To calculate gas parameters of a UserOperation, developers should carefully consider the following fields:

  • verificationGasLimit: This covers the gas costs for signature verification, paymaster validation (if used), and account validation logic. While a typical value is around 100,000 gas units, this can vary significantly based on the complexity of your signature validation scheme in both the account and paymaster contracts.

  • callGasLimit: This parameter accounts for the actual execution of your account’s logic. It’s recommended to use eth_estimateGas for each subcall and add additional buffer for computational overhead.

  • preVerificationGas: This compensates for the EntryPoint’s execution overhead. While 50,000 gas is a reasonable starting point, you may need to increase this value based on your UserOperation’s size and specific bundler requirements.

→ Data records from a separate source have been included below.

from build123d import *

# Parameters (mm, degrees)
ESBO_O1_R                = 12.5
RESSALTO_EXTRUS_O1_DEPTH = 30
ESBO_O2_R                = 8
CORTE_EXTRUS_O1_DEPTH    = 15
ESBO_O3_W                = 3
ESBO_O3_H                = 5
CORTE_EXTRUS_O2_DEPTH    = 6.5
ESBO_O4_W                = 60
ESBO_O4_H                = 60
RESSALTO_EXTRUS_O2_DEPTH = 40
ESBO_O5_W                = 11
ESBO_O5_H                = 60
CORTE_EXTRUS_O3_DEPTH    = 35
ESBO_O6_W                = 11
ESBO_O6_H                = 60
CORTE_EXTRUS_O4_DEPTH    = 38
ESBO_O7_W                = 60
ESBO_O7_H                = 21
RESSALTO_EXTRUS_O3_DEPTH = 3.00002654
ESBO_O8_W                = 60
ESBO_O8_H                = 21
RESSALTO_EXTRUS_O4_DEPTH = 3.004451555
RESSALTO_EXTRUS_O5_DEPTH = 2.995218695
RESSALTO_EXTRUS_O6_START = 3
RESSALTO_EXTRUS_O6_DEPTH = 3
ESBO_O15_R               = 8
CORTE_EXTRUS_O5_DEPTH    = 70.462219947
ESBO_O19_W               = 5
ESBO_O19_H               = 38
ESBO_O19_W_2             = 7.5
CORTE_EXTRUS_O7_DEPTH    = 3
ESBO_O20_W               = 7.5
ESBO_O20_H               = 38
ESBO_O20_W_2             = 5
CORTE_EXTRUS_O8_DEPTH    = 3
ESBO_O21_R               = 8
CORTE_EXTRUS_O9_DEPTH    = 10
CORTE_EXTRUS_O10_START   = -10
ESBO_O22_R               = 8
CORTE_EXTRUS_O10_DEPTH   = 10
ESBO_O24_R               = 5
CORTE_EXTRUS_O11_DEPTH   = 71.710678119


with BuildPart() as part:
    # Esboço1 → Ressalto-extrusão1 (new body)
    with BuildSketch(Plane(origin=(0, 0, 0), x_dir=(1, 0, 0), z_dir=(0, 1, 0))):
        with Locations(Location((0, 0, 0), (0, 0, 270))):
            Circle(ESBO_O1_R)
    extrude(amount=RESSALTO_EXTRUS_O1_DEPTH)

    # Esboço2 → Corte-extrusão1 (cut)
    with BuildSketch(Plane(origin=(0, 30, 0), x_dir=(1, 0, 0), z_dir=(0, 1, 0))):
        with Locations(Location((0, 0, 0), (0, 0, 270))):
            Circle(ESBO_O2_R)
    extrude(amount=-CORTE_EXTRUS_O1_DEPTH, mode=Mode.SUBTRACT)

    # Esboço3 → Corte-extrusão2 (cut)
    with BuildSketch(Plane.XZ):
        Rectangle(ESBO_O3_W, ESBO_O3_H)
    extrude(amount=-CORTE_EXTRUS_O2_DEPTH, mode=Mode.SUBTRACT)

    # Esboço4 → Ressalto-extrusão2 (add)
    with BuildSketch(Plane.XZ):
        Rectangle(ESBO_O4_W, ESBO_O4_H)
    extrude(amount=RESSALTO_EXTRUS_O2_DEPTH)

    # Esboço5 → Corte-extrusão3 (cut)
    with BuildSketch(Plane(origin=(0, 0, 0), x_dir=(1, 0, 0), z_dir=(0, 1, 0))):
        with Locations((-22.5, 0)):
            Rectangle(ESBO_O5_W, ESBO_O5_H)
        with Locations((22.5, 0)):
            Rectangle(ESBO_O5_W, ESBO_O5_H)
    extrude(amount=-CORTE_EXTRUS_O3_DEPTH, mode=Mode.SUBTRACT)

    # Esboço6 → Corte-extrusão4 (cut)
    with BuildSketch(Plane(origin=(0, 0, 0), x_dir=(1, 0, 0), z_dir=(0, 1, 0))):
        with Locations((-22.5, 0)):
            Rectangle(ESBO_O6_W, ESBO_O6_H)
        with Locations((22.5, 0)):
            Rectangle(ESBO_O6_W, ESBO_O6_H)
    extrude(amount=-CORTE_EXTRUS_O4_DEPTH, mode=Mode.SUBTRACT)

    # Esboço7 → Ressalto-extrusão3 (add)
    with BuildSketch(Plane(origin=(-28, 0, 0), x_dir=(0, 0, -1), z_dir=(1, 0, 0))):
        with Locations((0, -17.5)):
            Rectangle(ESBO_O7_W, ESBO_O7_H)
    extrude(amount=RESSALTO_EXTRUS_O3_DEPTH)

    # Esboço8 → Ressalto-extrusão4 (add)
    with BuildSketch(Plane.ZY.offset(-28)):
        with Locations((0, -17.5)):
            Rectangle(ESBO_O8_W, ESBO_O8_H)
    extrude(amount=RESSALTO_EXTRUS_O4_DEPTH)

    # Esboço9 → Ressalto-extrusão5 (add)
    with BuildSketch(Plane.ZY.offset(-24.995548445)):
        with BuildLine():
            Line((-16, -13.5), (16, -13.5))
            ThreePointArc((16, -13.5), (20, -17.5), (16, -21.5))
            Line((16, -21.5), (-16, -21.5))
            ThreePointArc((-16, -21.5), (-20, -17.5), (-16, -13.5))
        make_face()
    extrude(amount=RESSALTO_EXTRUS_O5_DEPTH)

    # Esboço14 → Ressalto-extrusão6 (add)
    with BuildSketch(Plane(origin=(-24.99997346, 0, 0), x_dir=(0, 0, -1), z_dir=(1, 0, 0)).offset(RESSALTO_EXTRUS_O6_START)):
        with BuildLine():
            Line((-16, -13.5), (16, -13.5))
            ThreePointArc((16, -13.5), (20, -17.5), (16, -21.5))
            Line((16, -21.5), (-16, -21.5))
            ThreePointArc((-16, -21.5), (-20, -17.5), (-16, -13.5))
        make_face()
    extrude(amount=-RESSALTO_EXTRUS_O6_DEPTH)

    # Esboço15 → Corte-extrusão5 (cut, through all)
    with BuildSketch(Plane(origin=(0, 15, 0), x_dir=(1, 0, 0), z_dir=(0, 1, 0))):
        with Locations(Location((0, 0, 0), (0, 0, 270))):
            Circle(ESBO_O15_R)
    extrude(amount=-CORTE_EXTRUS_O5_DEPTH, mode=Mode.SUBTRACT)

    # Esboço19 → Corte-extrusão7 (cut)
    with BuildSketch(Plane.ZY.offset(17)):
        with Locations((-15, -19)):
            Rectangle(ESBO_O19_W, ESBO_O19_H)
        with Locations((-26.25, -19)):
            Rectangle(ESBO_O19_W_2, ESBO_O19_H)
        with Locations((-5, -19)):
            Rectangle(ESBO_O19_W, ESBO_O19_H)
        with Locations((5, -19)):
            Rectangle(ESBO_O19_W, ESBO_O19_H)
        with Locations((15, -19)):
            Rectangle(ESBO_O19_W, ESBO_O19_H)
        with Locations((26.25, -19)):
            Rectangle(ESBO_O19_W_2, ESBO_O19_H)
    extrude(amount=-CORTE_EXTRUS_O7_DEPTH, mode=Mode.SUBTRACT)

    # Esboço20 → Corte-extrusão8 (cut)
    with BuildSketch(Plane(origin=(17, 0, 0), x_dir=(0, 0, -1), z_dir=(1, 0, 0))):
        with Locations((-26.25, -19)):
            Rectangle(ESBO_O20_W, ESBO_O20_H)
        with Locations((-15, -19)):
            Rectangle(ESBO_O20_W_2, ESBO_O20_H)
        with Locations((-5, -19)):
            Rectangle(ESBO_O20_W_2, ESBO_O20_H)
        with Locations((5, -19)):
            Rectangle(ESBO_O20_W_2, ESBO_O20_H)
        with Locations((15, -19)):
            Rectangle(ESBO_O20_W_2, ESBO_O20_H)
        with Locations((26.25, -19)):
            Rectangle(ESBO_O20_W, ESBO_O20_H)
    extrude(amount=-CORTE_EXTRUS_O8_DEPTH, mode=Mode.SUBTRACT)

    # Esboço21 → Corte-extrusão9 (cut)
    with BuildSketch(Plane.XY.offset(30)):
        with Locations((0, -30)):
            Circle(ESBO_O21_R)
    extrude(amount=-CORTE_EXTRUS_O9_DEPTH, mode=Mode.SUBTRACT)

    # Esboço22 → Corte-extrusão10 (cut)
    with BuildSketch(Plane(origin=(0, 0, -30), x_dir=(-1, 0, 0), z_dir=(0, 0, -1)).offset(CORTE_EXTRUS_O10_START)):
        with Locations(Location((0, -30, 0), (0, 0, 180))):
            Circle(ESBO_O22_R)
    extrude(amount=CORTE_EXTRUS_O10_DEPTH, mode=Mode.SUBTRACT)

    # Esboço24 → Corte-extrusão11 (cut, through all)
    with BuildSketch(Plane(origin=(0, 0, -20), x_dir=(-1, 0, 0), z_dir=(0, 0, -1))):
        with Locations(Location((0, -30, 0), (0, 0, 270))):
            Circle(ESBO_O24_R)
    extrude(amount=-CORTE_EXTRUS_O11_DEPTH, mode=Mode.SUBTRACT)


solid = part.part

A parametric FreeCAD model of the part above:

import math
import FreeCAD as App
import Part
import Sketcher

doc = App.newDocument("Part")
params = doc.addObject("Spreadsheet::Sheet", "Params")
for row, (alias, value) in enumerate([
    ("sketch1_diameter", "25 mm"),
    ("pad1_length", "30 mm"),
    ("sketch2_diameter", "16 mm"),
    ("pocket1_length", "15 mm"),
    ("sketch3_width", "3 mm"),
    ("sketch3_height", "5 mm"),
    ("pocket2_length", "6.5 mm"),
    ("sketch4_width", "60 mm"),
    ("pad2_length", "40 mm"),
    ("sketch5_width", "11 mm"),
    ("sketch5_height", "60 mm"),
    ("pocket3_length", "35 mm"),
    ("sketch6_width", "11 mm"),
    ("sketch6_height", "60 mm"),
    ("pocket4_length", "38 mm"),
    ("sketch7_width", "21 mm"),
    ("sketch7_height", "60 mm"),
    ("pad3_length", "3.000027 mm"),
    ("sketch8_width", "21 mm"),
    ("sketch8_height", "60 mm"),
    ("pad4_length", "3.004452 mm"),
    ("sketch9_radius", "4 mm"),
    ("sketch9_height", "32 mm"),
    ("pad5_length", "2.995219 mm"),
    ("sketch10_radius", "4 mm"),
    ("sketch10_height", "32 mm"),
    ("pad6_length", "3 mm"),
    ("sketch11_diameter", "16 mm"),
    ("sketch12_width", "38 mm"),
    ("sketch12_height", "5 mm"),
    ("sketch12_height2", "7.5 mm"),
    ("pocket6_length", "3 mm"),
    ("sketch13_width", "38 mm"),
    ("sketch13_height", "5 mm"),
    ("sketch13_height2", "7.5 mm"),
    ("pocket7_length", "3 mm"),
    ("sketch14_diameter", "16 mm"),
    ("pocket8_length", "10 mm"),
    ("sketch15_diameter", "16 mm"),
    ("pocket9_length", "10 mm"),
    ("sketch16_diameter", "10 mm"),
], start=1):
    params.set(f"A{row}", alias)
    params.set(f"B{row}", "=" + value)
    params.setAlias(f"B{row}", alias)

body = doc.addObject("PartDesign::Body", "Body")

# Sketch on XZ plane
sketch1 = doc.addObject("Sketcher::SketchObject", "Sketch")
body.addObject(sketch1)
sketch1.AttachmentSupport = (doc.XZ_Plane, [""])
sketch1.MapMode = "FlatFace"
sketch1.addGeometry(Part.Circle(App.Vector(0, 0, 0), App.Vector(0, 0, 1), 12), False)
sketch1.addConstraint([
    Sketcher.Constraint("Coincident", 0, 3, -1, 1),
    Sketcher.Constraint("Diameter", 0, 25.0),
])
sketch1.setExpression("Constraints[1]", "Params.sketch1_diameter")
pad1 = doc.addObject("PartDesign::Pad", "Pad")
body.addObject(pad1)
pad1.Profile = sketch1
pad1.setExpression("Length", "Params.pad1_length")
pad1.Reversed = True

# Sketch on XZ plane
sketch2 = doc.addObject("Sketcher::SketchObject", "Sketch001")
body.addObject(sketch2)
sketch2.AttachmentSupport = (doc.XZ_Plane, [""])
sketch2.MapMode = "FlatFace"
sketch2.AttachmentOffset = App.Placement(App.Vector(0, 0, -30), App.Rotation())
sketch2.addGeometry(Part.Circle(App.Vector(0, 0, 0), App.Vector(0, 0, 1), 8), False)
sketch2.addConstraint([
    Sketcher.Constraint("Coincident", 0, 3, -1, 1),
    Sketcher.Constraint("Diameter", 0, 16.0),
])
sketch2.setExpression("Constraints[1]", "Params.sketch2_diameter")
pocket1 = doc.addObject("PartDesign::Pocket", "Pocket")
body.addObject(pocket1)
pocket1.Profile = sketch2
pocket1.setExpression("Length", "Params.pocket1_length")
pocket1.Reversed = True

# Sketch on XZ plane
sketch3 = doc.addObject("Sketcher::SketchObject", "Sketch002")
body.addObject(sketch3)
sketch3.AttachmentSupport = (doc.XZ_Plane, [""])
sketch3.MapMode = "FlatFace"
sketch3.addGeometry([
    Part.LineSegment(App.Vector(-1.5, 2.5, 0), App.Vector(-1.5, -2.5, 0)),
    Part.LineSegment(App.Vector(-1.5, -2.5, 0), App.Vector(1.5, -2.5, 0)),
    Part.LineSegment(App.Vector(1.5, -2.5, 0), App.Vector(1.5, 2.5, 0)),
    Part.LineSegment(App.Vector(1.5, 2.5, 0), App.Vector(-1.5, 2.5, 0)),
], False)
sketch3.addConstraint([
    Sketcher.Constraint("Coincident", 0, 2, 1, 1),
    Sketcher.Constraint("Coincident", 1, 2, 2, 1),
    Sketcher.Constraint("Coincident", 2, 2, 3, 1),
    Sketcher.Constraint("Coincident", 3, 2, 0, 1),
    Sketcher.Constraint("Vertical", 0),
    Sketcher.Constraint("Horizontal", 1),
    Sketcher.Constraint("Vertical", 2),
    Sketcher.Constraint("Horizontal", 3),
    Sketcher.Constraint("Symmetric", 0, 2, 2, 2, -1, 1),
    Sketcher.Constraint("DistanceX", 1, 1, 1, 2, 3.0),
    Sketcher.Constraint("DistanceY", 0, 2, 0, 1, 5.0),
])
sketch3.setExpression("Constraints[9]", "Params.sketch3_width")
sketch3.setExpression("Constraints[10]", "Params.sketch3_height")
pocket2 = doc.addObject("PartDesign::Pocket", "Pocket001")
body.addObject(pocket2)
pocket2.Profile = sketch3
pocket2.setExpression("Length", "Params.pocket2_length")

# Sketch on XZ plane
sketch4 = doc.addObject("Sketcher::SketchObject", "Sketch003")
body.addObject(sketch4)
sketch4.AttachmentSupport = (doc.XZ_Plane, [""])
sketch4.MapMode = "FlatFace"
sketch4.addGeometry([
    Part.LineSegment(App.Vector(-30, 30, 0), App.Vector(-30, -30, 0)),
    Part.LineSegment(App.Vector(-30, -30, 0), App.Vector(30, -30, 0)),
    Part.LineSegment(App.Vector(30, -30, 0), App.Vector(30, 30, 0)),
    Part.LineSegment(App.Vector(30, 30, 0), App.Vector(-30, 30, 0)),
], False)
sketch4.addConstraint([
    Sketcher.Constraint("Coincident", 0, 2, 1, 1),
    Sketcher.Constraint("Coincident", 1, 2, 2, 1),
    Sketcher.Constraint("Coincident", 2, 2, 3, 1),
    Sketcher.Constraint("Coincident", 3, 2, 0, 1),
    Sketcher.Constraint("Vertical", 0),
    Sketcher.Constraint("Horizontal", 1),
    Sketcher.Constraint("Vertical", 2),
    Sketcher.Constraint("Horizontal", 3),
    Sketcher.Constraint("Symmetric", 0, 2, 2, 2, -1, 1),
    Sketcher.Constraint("Equal", 3, 0),
    Sketcher.Constraint("DistanceX", 1, 1, 1, 2, 60.0),
])
sketch4.setExpression("Constraints[10]", "Params.sketch4_width")
pad2 = doc.addObject("PartDesign::Pad", "Pad001")
body.addObject(pad2)
pad2.Profile = sketch4
pad2.setExpression("Length", "Params.pad2_length")

# Sketch on XZ plane
sketch5 = doc.addObject("Sketcher::SketchObject", "Sketch004")
body.addObject(sketch5)
sketch5.AttachmentSupport = (doc.XZ_Plane, [""])
sketch5.MapMode = "FlatFace"
sketch5.addGeometry([
    Part.LineSegment(App.Vector(-28, -30, 0), App.Vector(-28, 30, 0)),  # 0
    Part.LineSegment(App.Vector(-28, 30, 0), App.Vector(-17, 30, 0)),  # 1
    Part.LineSegment(App.Vector(-17, 30, 0), App.Vector(-17, -30, 0)),  # 2
    Part.LineSegment(App.Vector(-17, -30, 0), App.Vector(-28, -30, 0)),  # 3
    Part.LineSegment(App.Vector(17, -30, 0), App.Vector(17, 30, 0)),  # 4
    Part.LineSegment(App.Vector(17, 30, 0), App.Vector(28, 30, 0)),  # 5
    Part.LineSegment(App.Vector(28, 30, 0), App.Vector(28, -30, 0)),  # 6
    Part.LineSegment(App.Vector(28, -30, 0), App.Vector(17, -30, 0)),  # 7
], False)
sketch5.addConstraint([
    Sketcher.Constraint("Coincident", 0, 2, 1, 1),
    Sketcher.Constraint("Coincident", 1, 2, 2, 1),
    Sketcher.Constraint("Coincident", 2, 2, 3, 1),
    Sketcher.Constraint("Coincident", 3, 2, 0, 1),
    Sketcher.Constraint("Coincident", 4, 2, 5, 1),
    Sketcher.Constraint("Coincident", 5, 2, 6, 1),
    Sketcher.Constraint("Coincident", 6, 2, 7, 1),
    Sketcher.Constraint("Coincident", 7, 2, 4, 1),
    Sketcher.Constraint("Vertical", 0),
    Sketcher.Constraint("Horizontal", 1),
    Sketcher.Constraint("Vertical", 2),
    Sketcher.Constraint("Horizontal", 3),
    Sketcher.Constraint("Vertical", 4),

The maxFeePerGas and maxPriorityFeePerGas values are typically provided by your bundler service, either through their SDK or a custom RPC method.
A penalty of 10% (UNUSED_GAS_PENALTY_PERCENT) is applied on the amounts of callGasLimit and paymasterPostOpGasLimit gas that remains unused if the amount of remaining unused gas is greater than or equal to 40,000 (PENALTY_GAS_THRESHOLD).

Signing the UserOp

To sign a UserOperation, you’ll need to first calculate its hash using the EntryPoint’s getUserOpHash function, then sign this hash using your account’s signature scheme, and finally encode the resulting signature in the format that your account contract expects for verification.

const userOpHash = await entrypoint.read.getUserOpHash([userOp]);
userOp.signature = await eoa.sign({ hash: userOpHash });
The previous example assumes that the account is owned by a single ECDSA signer without any particular signature format.

Sending the UserOp

Finally, to send the user operation you can call handleOps on the Entrypoint contract and set yourself as the beneficiary.

// Send the UserOperation
const userOpReceipt = await walletClient
  .writeContract({
    abi: [/* ENTRYPOINT ABI */],
    address: '0x<ENTRYPOINT_ADDRESS>',
    functionName: "handleOps",
    args: [[userOp], eoa.address],
  })
  .then((txHash) =>
    publicClient.waitForTransactionReceipt({
      hash: txHash,
    })
  );

// Print receipt
console.log(userOpReceipt);
Since you’re bundling your user operations yourself, you can safely specify preVerificationGas and maxFeePerGas in 0.

Using a Bundler

For better reliability, consider using a bundler service. Bundlers provide several key benefits: they automatically handle gas estimation, manage transaction ordering, support bundling multiple operations together, and generally offer higher transaction success rates compared to self-bundling.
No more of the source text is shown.